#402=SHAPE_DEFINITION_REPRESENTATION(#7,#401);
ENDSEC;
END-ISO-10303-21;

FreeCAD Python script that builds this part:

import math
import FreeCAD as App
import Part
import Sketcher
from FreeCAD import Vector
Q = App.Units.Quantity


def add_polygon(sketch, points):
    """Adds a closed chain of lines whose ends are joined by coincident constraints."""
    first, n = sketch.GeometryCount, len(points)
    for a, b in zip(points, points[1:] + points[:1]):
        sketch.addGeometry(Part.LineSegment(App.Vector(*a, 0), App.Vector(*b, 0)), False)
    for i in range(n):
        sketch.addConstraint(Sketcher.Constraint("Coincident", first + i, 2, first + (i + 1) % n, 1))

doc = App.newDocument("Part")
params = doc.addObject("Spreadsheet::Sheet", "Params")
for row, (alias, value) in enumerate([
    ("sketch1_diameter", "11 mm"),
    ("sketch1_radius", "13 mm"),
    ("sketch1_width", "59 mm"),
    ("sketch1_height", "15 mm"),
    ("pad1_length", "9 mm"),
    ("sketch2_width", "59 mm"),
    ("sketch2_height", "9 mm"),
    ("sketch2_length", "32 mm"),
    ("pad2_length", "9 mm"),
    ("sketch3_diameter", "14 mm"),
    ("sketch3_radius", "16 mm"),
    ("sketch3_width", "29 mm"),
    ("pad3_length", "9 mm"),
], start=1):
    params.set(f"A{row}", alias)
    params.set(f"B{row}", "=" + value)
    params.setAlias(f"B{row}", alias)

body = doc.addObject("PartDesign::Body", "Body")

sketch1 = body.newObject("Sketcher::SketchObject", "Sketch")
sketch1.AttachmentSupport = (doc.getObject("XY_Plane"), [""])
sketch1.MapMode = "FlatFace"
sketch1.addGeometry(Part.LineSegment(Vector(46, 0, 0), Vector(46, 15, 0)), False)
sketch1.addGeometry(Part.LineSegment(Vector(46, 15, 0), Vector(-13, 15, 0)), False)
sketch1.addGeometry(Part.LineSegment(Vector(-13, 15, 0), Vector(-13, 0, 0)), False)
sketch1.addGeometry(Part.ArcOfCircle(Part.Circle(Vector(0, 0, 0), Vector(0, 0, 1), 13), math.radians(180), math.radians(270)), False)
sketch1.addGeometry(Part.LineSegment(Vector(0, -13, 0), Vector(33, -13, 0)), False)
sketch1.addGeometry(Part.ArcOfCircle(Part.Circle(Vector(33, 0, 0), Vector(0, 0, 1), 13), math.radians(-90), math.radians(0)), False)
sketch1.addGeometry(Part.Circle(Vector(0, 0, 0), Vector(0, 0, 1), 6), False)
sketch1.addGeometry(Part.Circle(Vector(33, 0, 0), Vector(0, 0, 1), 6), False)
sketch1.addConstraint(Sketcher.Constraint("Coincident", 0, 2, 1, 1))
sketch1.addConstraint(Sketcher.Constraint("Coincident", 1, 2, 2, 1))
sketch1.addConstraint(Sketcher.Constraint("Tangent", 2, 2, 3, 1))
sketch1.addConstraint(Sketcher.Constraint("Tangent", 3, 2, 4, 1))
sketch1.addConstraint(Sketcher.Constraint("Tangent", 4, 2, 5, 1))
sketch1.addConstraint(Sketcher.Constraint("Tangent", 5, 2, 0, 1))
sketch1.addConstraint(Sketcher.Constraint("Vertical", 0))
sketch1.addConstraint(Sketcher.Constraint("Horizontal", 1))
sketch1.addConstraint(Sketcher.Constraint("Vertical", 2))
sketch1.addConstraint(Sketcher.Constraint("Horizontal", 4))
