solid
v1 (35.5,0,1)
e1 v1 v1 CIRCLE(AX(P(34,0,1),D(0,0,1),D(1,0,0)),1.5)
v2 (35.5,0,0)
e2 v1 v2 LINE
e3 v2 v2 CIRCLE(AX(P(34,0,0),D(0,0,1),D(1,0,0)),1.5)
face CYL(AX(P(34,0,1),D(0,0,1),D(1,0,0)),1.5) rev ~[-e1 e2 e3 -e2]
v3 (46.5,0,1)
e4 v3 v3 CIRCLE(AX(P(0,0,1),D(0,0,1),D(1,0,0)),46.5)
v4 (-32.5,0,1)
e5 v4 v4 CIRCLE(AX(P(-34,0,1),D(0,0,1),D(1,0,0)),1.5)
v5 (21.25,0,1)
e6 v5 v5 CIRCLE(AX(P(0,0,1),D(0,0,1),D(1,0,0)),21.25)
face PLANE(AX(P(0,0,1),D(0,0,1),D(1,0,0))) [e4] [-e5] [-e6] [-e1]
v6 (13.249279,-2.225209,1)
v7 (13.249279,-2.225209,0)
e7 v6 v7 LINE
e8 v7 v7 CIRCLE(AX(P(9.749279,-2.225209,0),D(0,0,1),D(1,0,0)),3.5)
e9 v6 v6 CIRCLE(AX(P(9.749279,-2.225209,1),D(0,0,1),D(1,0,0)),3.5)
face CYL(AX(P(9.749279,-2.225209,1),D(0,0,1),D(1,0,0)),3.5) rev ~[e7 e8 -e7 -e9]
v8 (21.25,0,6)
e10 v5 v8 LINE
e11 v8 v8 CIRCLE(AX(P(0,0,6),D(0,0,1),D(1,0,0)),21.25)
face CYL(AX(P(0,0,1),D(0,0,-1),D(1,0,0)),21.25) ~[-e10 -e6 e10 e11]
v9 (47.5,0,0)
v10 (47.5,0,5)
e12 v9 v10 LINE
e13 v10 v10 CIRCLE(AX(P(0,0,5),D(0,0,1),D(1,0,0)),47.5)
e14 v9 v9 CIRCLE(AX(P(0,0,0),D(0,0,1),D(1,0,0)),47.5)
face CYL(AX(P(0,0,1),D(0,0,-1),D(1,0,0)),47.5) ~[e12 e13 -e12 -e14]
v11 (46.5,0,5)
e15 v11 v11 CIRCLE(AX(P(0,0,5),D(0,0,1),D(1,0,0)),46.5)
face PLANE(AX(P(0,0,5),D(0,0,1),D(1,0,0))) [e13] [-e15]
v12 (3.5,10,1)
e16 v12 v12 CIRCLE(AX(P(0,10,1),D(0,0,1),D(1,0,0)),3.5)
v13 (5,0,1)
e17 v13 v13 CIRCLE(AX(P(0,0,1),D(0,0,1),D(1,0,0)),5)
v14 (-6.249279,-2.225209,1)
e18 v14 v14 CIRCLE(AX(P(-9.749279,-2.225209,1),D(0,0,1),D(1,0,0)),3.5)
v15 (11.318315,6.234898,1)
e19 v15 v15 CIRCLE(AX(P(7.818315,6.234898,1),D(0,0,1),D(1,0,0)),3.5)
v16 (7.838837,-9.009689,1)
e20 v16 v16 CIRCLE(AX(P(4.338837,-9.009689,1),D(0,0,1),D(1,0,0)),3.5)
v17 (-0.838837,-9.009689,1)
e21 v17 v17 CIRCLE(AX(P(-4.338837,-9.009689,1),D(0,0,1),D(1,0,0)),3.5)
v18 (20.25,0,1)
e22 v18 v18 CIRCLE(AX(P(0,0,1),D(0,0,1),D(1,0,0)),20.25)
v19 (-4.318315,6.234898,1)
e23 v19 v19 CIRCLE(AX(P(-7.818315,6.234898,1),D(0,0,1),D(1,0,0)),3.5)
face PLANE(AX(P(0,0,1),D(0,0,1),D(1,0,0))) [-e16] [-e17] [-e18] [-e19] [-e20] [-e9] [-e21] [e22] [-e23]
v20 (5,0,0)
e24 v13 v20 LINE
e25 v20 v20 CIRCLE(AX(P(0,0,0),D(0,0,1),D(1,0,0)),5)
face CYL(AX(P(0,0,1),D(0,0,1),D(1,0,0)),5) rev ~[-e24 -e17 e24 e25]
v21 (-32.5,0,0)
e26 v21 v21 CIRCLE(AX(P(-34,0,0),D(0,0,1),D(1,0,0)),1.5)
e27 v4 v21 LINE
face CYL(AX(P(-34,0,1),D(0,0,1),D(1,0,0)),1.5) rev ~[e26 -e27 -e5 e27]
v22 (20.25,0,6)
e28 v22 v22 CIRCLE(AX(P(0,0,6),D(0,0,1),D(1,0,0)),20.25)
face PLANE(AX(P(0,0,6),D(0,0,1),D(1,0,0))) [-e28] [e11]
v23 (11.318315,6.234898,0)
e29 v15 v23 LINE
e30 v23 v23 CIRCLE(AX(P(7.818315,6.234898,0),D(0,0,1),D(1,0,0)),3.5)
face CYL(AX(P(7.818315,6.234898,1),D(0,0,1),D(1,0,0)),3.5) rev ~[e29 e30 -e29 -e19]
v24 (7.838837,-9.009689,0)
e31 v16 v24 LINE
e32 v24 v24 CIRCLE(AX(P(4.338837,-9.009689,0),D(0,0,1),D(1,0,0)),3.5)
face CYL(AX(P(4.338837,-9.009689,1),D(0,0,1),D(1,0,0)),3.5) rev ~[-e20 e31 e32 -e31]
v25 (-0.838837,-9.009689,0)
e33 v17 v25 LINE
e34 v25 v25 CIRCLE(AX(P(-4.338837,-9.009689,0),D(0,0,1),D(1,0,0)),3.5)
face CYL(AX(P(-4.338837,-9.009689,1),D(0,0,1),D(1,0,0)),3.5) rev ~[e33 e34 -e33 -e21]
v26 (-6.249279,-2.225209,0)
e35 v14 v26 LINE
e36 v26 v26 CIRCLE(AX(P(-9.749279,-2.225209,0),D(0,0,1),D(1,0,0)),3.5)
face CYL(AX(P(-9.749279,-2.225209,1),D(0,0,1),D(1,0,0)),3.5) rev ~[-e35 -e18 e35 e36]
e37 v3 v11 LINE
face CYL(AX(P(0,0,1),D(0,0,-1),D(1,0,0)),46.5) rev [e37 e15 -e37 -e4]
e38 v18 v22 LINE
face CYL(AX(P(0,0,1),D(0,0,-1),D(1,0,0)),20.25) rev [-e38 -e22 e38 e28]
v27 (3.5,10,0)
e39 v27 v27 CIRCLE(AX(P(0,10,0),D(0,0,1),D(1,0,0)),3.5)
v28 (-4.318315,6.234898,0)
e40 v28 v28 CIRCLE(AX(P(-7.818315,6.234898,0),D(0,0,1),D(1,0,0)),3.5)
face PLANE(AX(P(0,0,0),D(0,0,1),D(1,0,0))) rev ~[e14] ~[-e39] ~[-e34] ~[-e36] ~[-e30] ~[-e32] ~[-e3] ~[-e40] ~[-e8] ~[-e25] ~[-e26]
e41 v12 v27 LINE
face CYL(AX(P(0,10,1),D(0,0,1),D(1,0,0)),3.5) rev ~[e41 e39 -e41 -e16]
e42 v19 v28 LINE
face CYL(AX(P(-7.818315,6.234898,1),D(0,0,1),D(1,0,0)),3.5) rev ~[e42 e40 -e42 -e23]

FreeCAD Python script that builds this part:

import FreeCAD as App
import Part
import Sketcher
from FreeCAD import Vector
Q = App.Units.Quantity

doc = App.newDocument("Part")
body = doc.addObject("PartDesign::Body", "Body")

# Sketch on XY plane
sketch1 = body.newObject("Sketcher::SketchObject", "Sketch")
sketch1.AttachmentSupport = (doc.getObject("XY_Plane"), [""])
sketch1.MapMode = "FlatFace"
sketch1.addGeometry(Part.Circle(Vector(0, 0, 0), Vector(0, 0, 1), 48), False)
sketch1.addConstraint(Sketcher.Constraint("Coincident", 0, 3, -1, 1))
sketch1.addConstraint(Sketcher.Constraint("Diameter", 0, Q("95 mm")))
pad1 = body.newObject("PartDesign::Pad", "Pad")
pad1.Profile = sketch1
pad1.Length = 1

# Sketch on XY plane
sketch2 = body.newObject("Sketcher::SketchObject", "Sketch001")
sketch2.AttachmentSupport = (doc.getObject("XY_Plane"), [""])
sketch2.MapMode = "FlatFace"
sketch2.AttachmentOffset = App.Placement(Vector(0, 0, 1), App.Rotation())
sketch2.addGeometry(Part.Circle(Vector(0, 0, 0), Vector(0, 0, 1), 48), False)
sketch2.addGeometry(Part.Circle(Vector(0, 0, 0), Vector(0, 0, 1), 46), False)
sketch2.addConstraint(Sketcher.Constraint("Coincident", 0, 3, -1, 1))
sketch2.addConstraint(Sketcher.Constraint("Coincident", 1, 3, -1, 1))
sketch2.addConstraint(Sketcher.Constraint("Diameter", 0, Q("95 mm")))
sketch2.addConstraint(Sketcher.Constraint("Diameter", 1, Q("93 mm")))
pad2 = body.newObject("PartDesign::Pad", "Pad001")
pad2.Profile = sketch2
pad2.Length = 4

# Sketch on XY plane
sketch3 = body.newObject("Sketcher::SketchObject", "Sketch002")
sketch3.AttachmentSupport = (doc.getObject("XY_Plane"), [""])
sketch3.MapMode = "FlatFace"
sketch3.AttachmentOffset = App.Placement(Vector(0, 0, 1), App.Rotation())
sketch3.addGeometry(Part.Circle(Vector(0, 0, 0), Vector(0, 0, 1), 21), False)
sketch3.addGeometry(Part.Circle(Vector(0, 0, 0), Vector(0, 0, 1), 20), False)
sketch3.addConstraint(Sketcher.Constraint("Coincident", 0, 3, -1, 1))
sketch3.addConstraint(Sketcher.Constraint("Coincident", 1, 3, -1, 1))
sketch3.addConstraint(Sketcher.Constraint("Diameter", 0, Q("42.5 mm")))
sketch3.addConstraint(Sketcher.Constraint("Diameter", 1, Q("40.5 mm")))
pad3 = body.newObject("PartDesign::Pad", "Pad002")
pad3.Profile = sketch3
pad3.Length = 5

# Sketch on XY plane
sketch4 = body.newObject("Sketcher::SketchObject", "Sketch003")
sketch4.AttachmentSupport = (doc.getObject("XY_Plane"), [""])
sketch4.MapMode = "FlatFace"
sketch4.AttachmentOffset = App.Placement(Vector(0, 0, 1), App.Rotation())
sketch4.addGeometry(Part.Circle(Vector(-7.8, 6.2, 0), Vector(0, 0, 1), 3.5), False)
sketch4.addGeometry(Part.Circle(Vector(-9.7, -2.2, 0), Vector(0, 0, 1), 3.5), False)
sketch4.addGeometry(Part.Circle(Vector(-4.3, -9, 0), Vector(0, 0, 1), 3.5), False)
sketch4.addGeometry(Part.Circle(Vector(4.3, -9, 0), Vector(0, 0, 1), 3.5), False)
sketch4.addGeometry(Part.Circle(Vector(9.7, -2.2, 0), Vector(0, 0, 1), 3.5), False)
sketch4.addGeometry(Part.Circle(Vector(7.8, 6.2, 0), Vector(0, 0, 1), 3.5), False)
sketch4.addGeometry(Part.Circle(Vector(0, 10, 0), Vector(0, 0, 1), 3.5), False)
sketch4.addGeometry(Part.Circle(Vector(0, 0, 0), Vector(0, 0, 1), 5), False)
sketch4.addConstraint(Sketcher.Constraint("Coincident", 7, 3, -1, 1))
sketch4.addConstraint(Sketcher.Constraint("Equal", 0, 1))
sketch4.addConstraint(Sketcher.Constraint("Equal", 1, 2))
sketch4.addConstraint(Sketcher.Constraint("Equal", 2, 3))
sketch4.addConstraint(Sketcher.Constraint("Equal", 3, 4))
sketch4.addConstraint(Sketcher.Constraint("Equal", 4, 5))
sketch4.addConstraint(Sketcher.Constraint("Equal", 5, 6))
sketch4.addConstraint(Sketcher.Constraint("Symmetric", 2, 3, 3, 3, -2))
sketch4.addConstraint(Sketcher.Constraint("Symmetric", 1, 3, 4, 3, -2))
sketch4.addConstraint(Sketcher.Constraint("Symmetric", 0, 3, 5, 3, -2))
sketch4.addConstraint(Sketcher.Constraint("PointOnObject", 6, 3, -2))
sketch4.addConstraint(Sketcher.Constraint("Diameter", 0, Q("7 mm")))
sketch4.addConstraint(Sketcher.Constraint("Diameter", 7, Q("10 mm")))
sketch4.addConstraint(Sketcher.Constraint("DistanceY", -1, 1, 6, 3, Q("10 mm")))
sketch4.addConstraint(Sketcher.Constraint("DistanceY", -1, 1, 0, 3, Q("6.234898 mm")))
sketch4.addConstraint(Sketcher.Constraint("DistanceX", 1, 3, -1, 1, Q("9.749279 mm")))
sketch4.addConstraint(Sketcher.Constraint("DistanceY", 1, 3, -1, 1, Q("2.225209 mm")))
sketch4.addConstraint(Sketcher.Constraint("DistanceY", 2, 3, -1, 1, Q("9.009689 mm")))
sketch4.addConstraint(Sketcher.Constraint("DistanceX", 1, 3, 2, 3, Q("5.410442 mm")))
sketch4.addConstraint(Sketcher.Constraint("DistanceX", 0, 3, 2, 3, Q("3.479478 mm")))
pocket1 = body.newObject("PartDesign::Pocket", "Pocket")
pocket1.Profile = sketch4
pocket1.Length = 25

# Sketch on XY plane
sketch5 = body.newObject("Sketcher::SketchObject", "Sketch004")
sketch5.AttachmentSupport = (doc.getObject("XY_Plane"), [""])
sketch5.MapMode = "FlatFace"
sketch5.AttachmentOffset = App.Placement(Vector(0, 0, 1), App.Rotation())
sketch5.addGeometry(Part.Circle(Vector(-34, 0, 0), Vector(0, 0, 1), 1.5), False)
sketch5.addGeometry(Part.Circle(Vector(34, 0, 0), Vector(0, 0, 1), 1.5), False)
sketch5.addConstraint(Sketcher.Constraint("Equal", 0, 1))
sketch5.addConstraint(Sketcher.Constraint("Symmetric", 0, 3, 1, 3, -1, 1))
sketch5.addConstraint(Sketcher.Constraint("PointOnObject", 0, 3, -1))
sketch5.addConstraint(Sketcher.Constraint("Diameter", 0, Q("3 mm")))
sketch5.addConstraint(Sketcher.Constraint("DistanceX", 0, 3, -1, 1, Q("34 mm")))
pocket2 = body.newObject("PartDesign::Pocket", "Pocket001")
pocket2.Profile = sketch5
pocket2.Length = 25
body2 = doc.addObject("PartDesign::Body", "Body001")
doc.recompute()

body2.BaseFeature = body
doc.recompute()
body.Visibility = False

doc.recompute()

####################

Problem to work on » Only lines that hold the string "alias" belong in the answer, so copy every one of them from the records.

Task solution »
for row, (alias, value) in enumerate([
    params.set(f"A{row}", alias)
    params.setAlias(f"B{row}", alias)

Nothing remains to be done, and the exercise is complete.